> Entries provided:
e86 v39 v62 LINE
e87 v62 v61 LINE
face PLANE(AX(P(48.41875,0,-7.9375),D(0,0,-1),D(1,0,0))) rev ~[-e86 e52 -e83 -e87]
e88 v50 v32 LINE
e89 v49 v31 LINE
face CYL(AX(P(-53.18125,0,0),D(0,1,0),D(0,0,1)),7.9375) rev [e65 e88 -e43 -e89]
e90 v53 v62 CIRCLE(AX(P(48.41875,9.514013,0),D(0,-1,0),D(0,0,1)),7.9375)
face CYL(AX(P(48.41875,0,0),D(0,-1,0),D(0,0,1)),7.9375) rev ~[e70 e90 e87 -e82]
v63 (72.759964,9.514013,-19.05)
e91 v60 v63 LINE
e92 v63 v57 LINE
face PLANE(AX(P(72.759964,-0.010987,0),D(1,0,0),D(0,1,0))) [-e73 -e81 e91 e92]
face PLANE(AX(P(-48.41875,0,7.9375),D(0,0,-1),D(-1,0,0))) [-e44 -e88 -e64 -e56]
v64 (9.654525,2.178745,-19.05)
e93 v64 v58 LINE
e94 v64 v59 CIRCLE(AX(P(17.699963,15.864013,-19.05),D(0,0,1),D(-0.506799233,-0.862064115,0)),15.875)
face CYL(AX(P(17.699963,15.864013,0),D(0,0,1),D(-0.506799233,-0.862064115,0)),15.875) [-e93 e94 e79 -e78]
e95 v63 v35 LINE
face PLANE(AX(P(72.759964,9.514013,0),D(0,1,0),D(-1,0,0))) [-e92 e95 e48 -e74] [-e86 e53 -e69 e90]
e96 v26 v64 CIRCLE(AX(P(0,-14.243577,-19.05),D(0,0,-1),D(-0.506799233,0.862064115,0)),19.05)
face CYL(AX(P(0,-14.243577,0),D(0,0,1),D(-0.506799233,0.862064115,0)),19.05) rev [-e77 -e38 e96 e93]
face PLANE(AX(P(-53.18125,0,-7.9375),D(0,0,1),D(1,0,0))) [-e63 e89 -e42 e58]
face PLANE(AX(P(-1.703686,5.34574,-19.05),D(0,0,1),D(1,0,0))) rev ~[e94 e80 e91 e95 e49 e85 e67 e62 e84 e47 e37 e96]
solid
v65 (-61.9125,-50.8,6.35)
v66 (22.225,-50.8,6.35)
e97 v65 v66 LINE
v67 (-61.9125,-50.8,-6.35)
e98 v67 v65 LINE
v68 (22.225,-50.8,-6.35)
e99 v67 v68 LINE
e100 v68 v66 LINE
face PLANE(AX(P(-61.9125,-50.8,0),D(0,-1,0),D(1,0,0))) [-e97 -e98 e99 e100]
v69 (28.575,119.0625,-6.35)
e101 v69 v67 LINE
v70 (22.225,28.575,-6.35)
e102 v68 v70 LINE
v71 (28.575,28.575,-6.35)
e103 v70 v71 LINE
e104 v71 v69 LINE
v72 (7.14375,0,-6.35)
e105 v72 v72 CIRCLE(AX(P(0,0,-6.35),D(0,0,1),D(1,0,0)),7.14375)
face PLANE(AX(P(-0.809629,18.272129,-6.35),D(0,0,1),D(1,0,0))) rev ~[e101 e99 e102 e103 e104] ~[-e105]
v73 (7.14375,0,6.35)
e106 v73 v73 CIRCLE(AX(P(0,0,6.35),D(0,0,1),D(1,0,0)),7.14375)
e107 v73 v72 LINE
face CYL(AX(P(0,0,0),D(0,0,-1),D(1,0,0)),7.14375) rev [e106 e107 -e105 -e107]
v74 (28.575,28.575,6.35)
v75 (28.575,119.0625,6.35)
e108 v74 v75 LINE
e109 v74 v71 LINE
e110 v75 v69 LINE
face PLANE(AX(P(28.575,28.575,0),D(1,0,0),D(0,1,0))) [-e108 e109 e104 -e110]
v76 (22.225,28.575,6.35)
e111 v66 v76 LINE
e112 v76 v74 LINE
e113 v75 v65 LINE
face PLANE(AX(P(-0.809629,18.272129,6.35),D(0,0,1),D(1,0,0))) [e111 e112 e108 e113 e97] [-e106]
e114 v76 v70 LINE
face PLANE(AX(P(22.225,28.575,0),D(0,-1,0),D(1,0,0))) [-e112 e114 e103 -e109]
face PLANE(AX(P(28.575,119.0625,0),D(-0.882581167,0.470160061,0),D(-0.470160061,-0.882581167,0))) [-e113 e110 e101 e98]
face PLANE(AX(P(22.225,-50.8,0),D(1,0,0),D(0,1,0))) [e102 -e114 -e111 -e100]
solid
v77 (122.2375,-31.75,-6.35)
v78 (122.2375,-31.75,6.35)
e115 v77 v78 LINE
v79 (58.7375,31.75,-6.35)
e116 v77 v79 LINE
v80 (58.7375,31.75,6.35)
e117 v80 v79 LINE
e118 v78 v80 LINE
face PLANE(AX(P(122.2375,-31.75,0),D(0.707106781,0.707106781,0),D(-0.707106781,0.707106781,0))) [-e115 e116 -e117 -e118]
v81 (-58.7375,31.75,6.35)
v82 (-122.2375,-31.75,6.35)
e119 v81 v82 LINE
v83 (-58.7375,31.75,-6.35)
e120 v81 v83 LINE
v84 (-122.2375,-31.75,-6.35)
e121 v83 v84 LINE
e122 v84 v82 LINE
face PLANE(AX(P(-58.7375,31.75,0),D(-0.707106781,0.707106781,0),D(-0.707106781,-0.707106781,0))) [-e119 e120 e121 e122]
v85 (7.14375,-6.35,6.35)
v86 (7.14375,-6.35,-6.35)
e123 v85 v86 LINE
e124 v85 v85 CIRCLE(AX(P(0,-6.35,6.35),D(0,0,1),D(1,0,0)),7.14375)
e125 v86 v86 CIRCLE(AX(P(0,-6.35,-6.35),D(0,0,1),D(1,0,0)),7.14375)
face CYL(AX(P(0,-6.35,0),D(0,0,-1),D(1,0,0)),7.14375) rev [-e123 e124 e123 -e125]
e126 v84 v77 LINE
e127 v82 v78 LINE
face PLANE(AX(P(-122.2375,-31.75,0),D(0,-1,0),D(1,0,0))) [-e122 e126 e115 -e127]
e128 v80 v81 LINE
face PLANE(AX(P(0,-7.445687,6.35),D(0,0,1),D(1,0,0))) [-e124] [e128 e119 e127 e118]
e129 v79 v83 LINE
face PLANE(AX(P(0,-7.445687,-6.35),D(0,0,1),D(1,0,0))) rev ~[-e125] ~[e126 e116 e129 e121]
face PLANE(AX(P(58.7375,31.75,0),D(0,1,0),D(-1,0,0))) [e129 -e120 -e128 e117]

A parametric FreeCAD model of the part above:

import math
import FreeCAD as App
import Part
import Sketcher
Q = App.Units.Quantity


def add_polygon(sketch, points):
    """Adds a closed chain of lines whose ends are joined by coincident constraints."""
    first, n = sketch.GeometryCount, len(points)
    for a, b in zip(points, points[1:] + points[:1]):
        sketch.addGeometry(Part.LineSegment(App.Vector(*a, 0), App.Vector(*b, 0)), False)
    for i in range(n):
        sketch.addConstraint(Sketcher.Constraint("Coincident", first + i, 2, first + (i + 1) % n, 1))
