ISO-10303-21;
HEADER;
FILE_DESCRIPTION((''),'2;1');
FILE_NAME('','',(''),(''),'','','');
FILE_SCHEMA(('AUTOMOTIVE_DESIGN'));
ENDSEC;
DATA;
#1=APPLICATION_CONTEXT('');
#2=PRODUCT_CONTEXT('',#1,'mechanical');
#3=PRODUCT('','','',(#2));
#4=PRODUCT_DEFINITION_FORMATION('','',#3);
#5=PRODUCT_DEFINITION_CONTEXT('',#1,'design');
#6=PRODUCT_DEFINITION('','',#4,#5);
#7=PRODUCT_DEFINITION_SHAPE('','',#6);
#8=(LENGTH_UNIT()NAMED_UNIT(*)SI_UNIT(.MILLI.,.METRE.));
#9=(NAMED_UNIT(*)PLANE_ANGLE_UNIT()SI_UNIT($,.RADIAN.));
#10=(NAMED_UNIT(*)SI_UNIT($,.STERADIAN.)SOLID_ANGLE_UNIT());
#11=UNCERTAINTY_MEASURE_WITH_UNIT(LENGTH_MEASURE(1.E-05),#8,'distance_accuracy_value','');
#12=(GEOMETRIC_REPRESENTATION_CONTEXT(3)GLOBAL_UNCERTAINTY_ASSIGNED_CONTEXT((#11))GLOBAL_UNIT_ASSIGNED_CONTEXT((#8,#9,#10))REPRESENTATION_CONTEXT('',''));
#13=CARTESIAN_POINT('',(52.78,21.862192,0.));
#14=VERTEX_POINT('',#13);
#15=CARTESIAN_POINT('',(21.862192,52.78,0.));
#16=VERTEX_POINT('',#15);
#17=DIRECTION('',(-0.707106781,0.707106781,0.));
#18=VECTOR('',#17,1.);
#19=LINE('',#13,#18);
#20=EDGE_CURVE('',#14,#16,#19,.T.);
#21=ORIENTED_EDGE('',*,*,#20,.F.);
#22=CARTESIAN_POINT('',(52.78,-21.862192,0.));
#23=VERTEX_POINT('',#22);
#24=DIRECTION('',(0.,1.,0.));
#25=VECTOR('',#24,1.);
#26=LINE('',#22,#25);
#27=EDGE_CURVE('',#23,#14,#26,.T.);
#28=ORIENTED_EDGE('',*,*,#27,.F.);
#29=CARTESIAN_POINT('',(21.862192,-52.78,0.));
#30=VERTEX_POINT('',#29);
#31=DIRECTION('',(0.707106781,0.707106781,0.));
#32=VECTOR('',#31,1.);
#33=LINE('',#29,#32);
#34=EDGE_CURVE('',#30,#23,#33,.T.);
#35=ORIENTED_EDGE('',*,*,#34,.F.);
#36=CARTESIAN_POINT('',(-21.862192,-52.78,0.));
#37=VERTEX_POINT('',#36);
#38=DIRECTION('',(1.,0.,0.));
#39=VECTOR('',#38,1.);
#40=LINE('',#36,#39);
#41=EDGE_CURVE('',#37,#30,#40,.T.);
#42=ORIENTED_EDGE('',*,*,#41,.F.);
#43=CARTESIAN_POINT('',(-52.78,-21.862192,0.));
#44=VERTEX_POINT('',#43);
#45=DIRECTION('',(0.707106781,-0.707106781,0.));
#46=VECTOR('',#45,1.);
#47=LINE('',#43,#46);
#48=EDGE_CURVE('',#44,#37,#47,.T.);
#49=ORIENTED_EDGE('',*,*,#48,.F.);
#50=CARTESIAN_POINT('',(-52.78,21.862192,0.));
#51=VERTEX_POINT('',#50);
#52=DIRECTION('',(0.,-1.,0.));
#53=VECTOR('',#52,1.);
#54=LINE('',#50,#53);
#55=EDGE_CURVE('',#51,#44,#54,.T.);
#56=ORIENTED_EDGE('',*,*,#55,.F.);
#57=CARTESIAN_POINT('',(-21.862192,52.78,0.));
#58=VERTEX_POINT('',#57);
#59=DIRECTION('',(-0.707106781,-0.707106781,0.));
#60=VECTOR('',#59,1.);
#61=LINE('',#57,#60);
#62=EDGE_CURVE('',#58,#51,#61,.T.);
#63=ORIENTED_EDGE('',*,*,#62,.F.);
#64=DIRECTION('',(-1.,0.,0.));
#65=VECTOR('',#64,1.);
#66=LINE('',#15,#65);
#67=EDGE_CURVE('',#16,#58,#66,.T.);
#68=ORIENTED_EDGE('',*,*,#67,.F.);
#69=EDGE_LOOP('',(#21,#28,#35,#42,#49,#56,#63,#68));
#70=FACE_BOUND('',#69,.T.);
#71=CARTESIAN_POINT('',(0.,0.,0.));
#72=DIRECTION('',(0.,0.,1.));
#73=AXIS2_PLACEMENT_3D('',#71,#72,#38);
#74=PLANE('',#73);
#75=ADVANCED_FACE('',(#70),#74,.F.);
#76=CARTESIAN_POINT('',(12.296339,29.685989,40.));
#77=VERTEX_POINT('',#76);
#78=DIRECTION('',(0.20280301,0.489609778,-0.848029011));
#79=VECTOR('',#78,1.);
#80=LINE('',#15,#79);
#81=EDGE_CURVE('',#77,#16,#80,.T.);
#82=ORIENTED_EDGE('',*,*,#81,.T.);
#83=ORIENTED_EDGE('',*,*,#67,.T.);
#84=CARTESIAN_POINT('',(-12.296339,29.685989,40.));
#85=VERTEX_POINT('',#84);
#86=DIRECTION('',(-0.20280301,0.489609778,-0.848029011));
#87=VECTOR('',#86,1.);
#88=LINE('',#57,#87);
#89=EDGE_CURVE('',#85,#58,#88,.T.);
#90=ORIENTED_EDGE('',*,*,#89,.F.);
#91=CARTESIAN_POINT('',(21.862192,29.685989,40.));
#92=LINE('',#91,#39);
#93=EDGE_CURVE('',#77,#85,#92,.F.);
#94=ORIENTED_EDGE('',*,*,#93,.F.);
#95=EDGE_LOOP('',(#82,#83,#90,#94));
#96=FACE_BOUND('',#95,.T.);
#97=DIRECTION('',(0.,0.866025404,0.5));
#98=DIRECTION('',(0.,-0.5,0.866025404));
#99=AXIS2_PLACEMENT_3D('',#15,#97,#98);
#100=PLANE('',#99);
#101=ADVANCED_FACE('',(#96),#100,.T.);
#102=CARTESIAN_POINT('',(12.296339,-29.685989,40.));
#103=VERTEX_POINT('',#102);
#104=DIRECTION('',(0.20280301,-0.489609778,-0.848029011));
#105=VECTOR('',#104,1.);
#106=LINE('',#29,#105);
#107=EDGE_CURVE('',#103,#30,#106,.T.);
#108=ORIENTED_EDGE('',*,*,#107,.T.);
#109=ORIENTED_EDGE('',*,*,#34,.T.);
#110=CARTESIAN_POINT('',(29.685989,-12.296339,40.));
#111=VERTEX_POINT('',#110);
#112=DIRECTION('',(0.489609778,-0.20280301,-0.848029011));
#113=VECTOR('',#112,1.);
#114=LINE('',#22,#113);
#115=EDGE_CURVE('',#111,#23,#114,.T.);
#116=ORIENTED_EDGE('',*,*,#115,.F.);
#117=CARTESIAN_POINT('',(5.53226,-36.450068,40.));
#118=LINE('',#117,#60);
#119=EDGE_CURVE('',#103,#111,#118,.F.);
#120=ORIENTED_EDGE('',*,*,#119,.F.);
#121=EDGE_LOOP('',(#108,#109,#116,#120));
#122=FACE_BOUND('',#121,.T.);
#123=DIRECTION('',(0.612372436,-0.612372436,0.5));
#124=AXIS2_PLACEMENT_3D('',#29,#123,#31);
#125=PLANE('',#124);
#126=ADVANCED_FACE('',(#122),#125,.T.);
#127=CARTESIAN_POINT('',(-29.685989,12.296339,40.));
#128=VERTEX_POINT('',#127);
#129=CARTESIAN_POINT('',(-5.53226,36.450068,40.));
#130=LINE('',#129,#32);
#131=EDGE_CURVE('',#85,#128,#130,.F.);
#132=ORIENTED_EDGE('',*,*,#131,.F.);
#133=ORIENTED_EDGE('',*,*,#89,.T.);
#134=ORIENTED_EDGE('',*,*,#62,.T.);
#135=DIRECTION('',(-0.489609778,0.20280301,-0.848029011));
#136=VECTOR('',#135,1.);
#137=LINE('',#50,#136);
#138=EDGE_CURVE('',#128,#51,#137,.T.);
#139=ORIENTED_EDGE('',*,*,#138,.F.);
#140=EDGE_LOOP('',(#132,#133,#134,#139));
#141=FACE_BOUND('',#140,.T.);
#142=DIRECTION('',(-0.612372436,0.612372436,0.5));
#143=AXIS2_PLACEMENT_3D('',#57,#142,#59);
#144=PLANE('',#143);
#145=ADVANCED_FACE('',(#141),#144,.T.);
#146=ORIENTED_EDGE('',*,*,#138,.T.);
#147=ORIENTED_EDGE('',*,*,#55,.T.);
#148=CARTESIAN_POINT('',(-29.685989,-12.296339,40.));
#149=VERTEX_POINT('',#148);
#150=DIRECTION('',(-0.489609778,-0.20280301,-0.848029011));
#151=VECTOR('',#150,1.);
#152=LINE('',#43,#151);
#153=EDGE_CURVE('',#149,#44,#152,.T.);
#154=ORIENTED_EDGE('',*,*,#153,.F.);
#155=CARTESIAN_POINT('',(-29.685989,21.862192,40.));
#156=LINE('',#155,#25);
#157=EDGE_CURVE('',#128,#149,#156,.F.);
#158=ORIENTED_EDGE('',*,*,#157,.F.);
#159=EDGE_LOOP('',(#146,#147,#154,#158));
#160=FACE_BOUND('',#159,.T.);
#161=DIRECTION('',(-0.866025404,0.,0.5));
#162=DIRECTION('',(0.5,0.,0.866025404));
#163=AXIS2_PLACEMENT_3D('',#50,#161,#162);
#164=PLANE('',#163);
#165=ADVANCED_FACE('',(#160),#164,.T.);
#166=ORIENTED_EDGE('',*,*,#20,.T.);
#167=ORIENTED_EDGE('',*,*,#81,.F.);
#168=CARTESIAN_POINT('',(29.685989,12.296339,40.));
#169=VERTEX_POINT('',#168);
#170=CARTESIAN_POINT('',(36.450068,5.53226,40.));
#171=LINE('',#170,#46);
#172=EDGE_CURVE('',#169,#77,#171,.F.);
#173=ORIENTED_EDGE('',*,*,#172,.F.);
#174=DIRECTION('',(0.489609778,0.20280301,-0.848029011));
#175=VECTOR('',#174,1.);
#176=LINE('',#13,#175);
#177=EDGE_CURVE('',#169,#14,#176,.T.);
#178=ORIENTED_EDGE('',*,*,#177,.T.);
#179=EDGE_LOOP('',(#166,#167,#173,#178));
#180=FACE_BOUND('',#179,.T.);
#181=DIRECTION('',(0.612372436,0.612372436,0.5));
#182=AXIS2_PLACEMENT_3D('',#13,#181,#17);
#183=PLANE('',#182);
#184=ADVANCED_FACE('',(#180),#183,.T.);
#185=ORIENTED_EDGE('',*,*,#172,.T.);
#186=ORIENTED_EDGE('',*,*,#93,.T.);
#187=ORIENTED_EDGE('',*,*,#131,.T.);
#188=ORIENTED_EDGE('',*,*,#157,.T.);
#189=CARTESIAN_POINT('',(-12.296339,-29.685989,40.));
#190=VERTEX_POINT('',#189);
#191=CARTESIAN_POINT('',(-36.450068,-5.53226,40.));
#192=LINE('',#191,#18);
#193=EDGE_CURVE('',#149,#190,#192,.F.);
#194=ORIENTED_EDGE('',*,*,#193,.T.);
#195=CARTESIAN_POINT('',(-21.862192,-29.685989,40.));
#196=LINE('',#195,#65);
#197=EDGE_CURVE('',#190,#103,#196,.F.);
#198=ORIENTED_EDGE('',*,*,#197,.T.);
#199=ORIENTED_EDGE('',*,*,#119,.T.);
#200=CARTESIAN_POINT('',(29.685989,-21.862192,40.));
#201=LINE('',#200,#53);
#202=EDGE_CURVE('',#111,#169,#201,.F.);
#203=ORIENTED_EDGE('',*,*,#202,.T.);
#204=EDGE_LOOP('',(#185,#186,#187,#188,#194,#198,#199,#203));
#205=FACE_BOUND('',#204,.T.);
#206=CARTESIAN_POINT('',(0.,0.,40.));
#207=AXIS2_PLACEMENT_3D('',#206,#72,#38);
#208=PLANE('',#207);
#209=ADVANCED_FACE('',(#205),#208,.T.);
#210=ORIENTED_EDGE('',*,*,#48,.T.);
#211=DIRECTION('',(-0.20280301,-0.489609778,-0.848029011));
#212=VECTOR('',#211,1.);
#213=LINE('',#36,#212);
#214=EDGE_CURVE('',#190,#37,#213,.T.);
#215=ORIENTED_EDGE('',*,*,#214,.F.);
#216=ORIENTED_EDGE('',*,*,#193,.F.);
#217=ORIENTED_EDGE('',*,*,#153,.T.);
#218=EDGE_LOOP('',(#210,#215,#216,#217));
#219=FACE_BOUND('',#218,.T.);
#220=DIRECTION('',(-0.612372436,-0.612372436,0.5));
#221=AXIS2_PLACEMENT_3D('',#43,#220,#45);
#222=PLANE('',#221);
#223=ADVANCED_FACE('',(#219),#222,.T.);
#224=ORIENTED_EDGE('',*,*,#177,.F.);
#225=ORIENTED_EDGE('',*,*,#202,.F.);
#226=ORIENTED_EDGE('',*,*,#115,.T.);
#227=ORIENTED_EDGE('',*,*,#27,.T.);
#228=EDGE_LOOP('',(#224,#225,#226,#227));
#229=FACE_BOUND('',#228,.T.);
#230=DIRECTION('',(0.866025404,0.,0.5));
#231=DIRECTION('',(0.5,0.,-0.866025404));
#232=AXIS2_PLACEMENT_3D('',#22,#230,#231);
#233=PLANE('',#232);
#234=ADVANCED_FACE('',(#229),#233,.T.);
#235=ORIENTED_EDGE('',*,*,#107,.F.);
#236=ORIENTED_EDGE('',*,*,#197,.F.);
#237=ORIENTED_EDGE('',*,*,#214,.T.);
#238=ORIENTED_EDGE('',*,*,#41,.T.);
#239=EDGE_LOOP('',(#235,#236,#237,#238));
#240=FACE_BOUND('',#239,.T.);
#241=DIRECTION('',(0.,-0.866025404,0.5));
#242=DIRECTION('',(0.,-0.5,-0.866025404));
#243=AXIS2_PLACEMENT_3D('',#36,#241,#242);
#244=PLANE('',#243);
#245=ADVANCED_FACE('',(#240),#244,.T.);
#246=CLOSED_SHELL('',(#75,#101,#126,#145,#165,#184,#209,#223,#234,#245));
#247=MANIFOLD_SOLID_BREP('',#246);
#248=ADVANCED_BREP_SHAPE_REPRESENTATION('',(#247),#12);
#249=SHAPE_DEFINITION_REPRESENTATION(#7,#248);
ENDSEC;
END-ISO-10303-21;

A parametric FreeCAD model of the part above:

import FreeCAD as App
import Part
import Sketcher

V = App.Vector
Q = App.Units.Quantity

doc = App.newDocument("Part")
body = doc.addObject("PartDesign::Body", "Body")

sketch1 = body.newObject("Sketcher::SketchObject", "Sketch")
sketch1.AttachmentSupport = (doc.getObject("XY_Plane"), [""])
sketch1.MapMode = "FlatFace"
sketch1.addGeometry(Part.LineSegment(V(52.78, -21.862192, 0), V(52.78, 21.862192, 0)), False)
sketch1.addGeometry(Part.LineSegment(V(52.78, 21.862192, 0), V(21.862192, 52.78, 0)), False)
sketch1.addGeometry(Part.LineSegment(V(21.862192, 52.78, 0), V(-21.862192, 52.78, 0)), False)
sketch1.addGeometry(Part.LineSegment(V(-21.862192, 52.78, 0), V(-52.78, 21.862192, 0)), False)
sketch1.addGeometry(Part.LineSegment(V(-52.78, 21.862192, 0), V(-52.78, -21.862192, 0)), False)
sketch1.addGeometry(Part.LineSegment(V(-52.78, -21.862192, 0), V(-21.862192, -52.78, 0)), False)
sketch1.addGeometry(Part.LineSegment(V(-21.862192, -52.78, 0), V(21.862192, -52.78, 0)), False)
sketch1.addGeometry(Part.LineSegment(V(21.862192, -52.78, 0), V(52.78, -21.862192, 0)), False)
sketch1.addConstraint(Sketcher.Constraint("Coincident", 0, 2, 1, 1))
sketch1.addConstraint(Sketcher.Constraint("Coincident", 1, 2, 2, 1))
sketch1.addConstraint(Sketcher.Constraint("Coincident", 2, 2, 3, 1))
sketch1.addConstraint(Sketcher.Constraint("Coincident", 3, 2, 4, 1))
sketch1.addConstraint(Sketcher.Constraint("Coincident", 4, 2, 5, 1))
sketch1.addConstraint(Sketcher.Constraint("Coincident", 5, 2, 6, 1))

> Work required: All lines from the opening of the material through the line that contains "e94 v64 v59" are to be printed exactly, with no others.

> Answer to the exercise:
e86 v39 v62 LINE
e87 v62 v61 LINE
face PLANE(AX(P(48.41875,0,-7.9375),D(0,0,-1),D(1,0,0))) rev ~[-e86 e52 -e83 -e87]
e88 v50 v32 LINE
e89 v49 v31 LINE
face CYL(AX(P(-53.18125,0,0),D(0,1,0),D(0,0,1)),7.9375) rev [e65 e88 -e43 -e89]
e90 v53 v62 CIRCLE(AX(P(48.41875,9.514013,0),D(0,-1,0),D(0,0,1)),7.9375)
face CYL(AX(P(48.41875,0,0),D(0,-1,0),D(0,0,1)),7.9375) rev ~[e70 e90 e87 -e82]
v63 (72.759964,9.514013,-19.05)
e91 v60 v63 LINE
e92 v63 v57 LINE
face PLANE(AX(P(72.759964,-0.010987,0),D(1,0,0),D(0,1,0))) [-e73 -e81 e91 e92]
face PLANE(AX(P(-48.41875,0,7.9375),D(0,0,-1),D(-1,0,0))) [-e44 -e88 -e64 -e56]
v64 (9.654525,2.178745,-19.05)
e93 v64 v58 LINE
e94 v64 v59 CIRCLE(AX(P(17.699963,15.864013,-19.05),D(0,0,1),D(-0.506799233,-0.862064115,0)),15.875)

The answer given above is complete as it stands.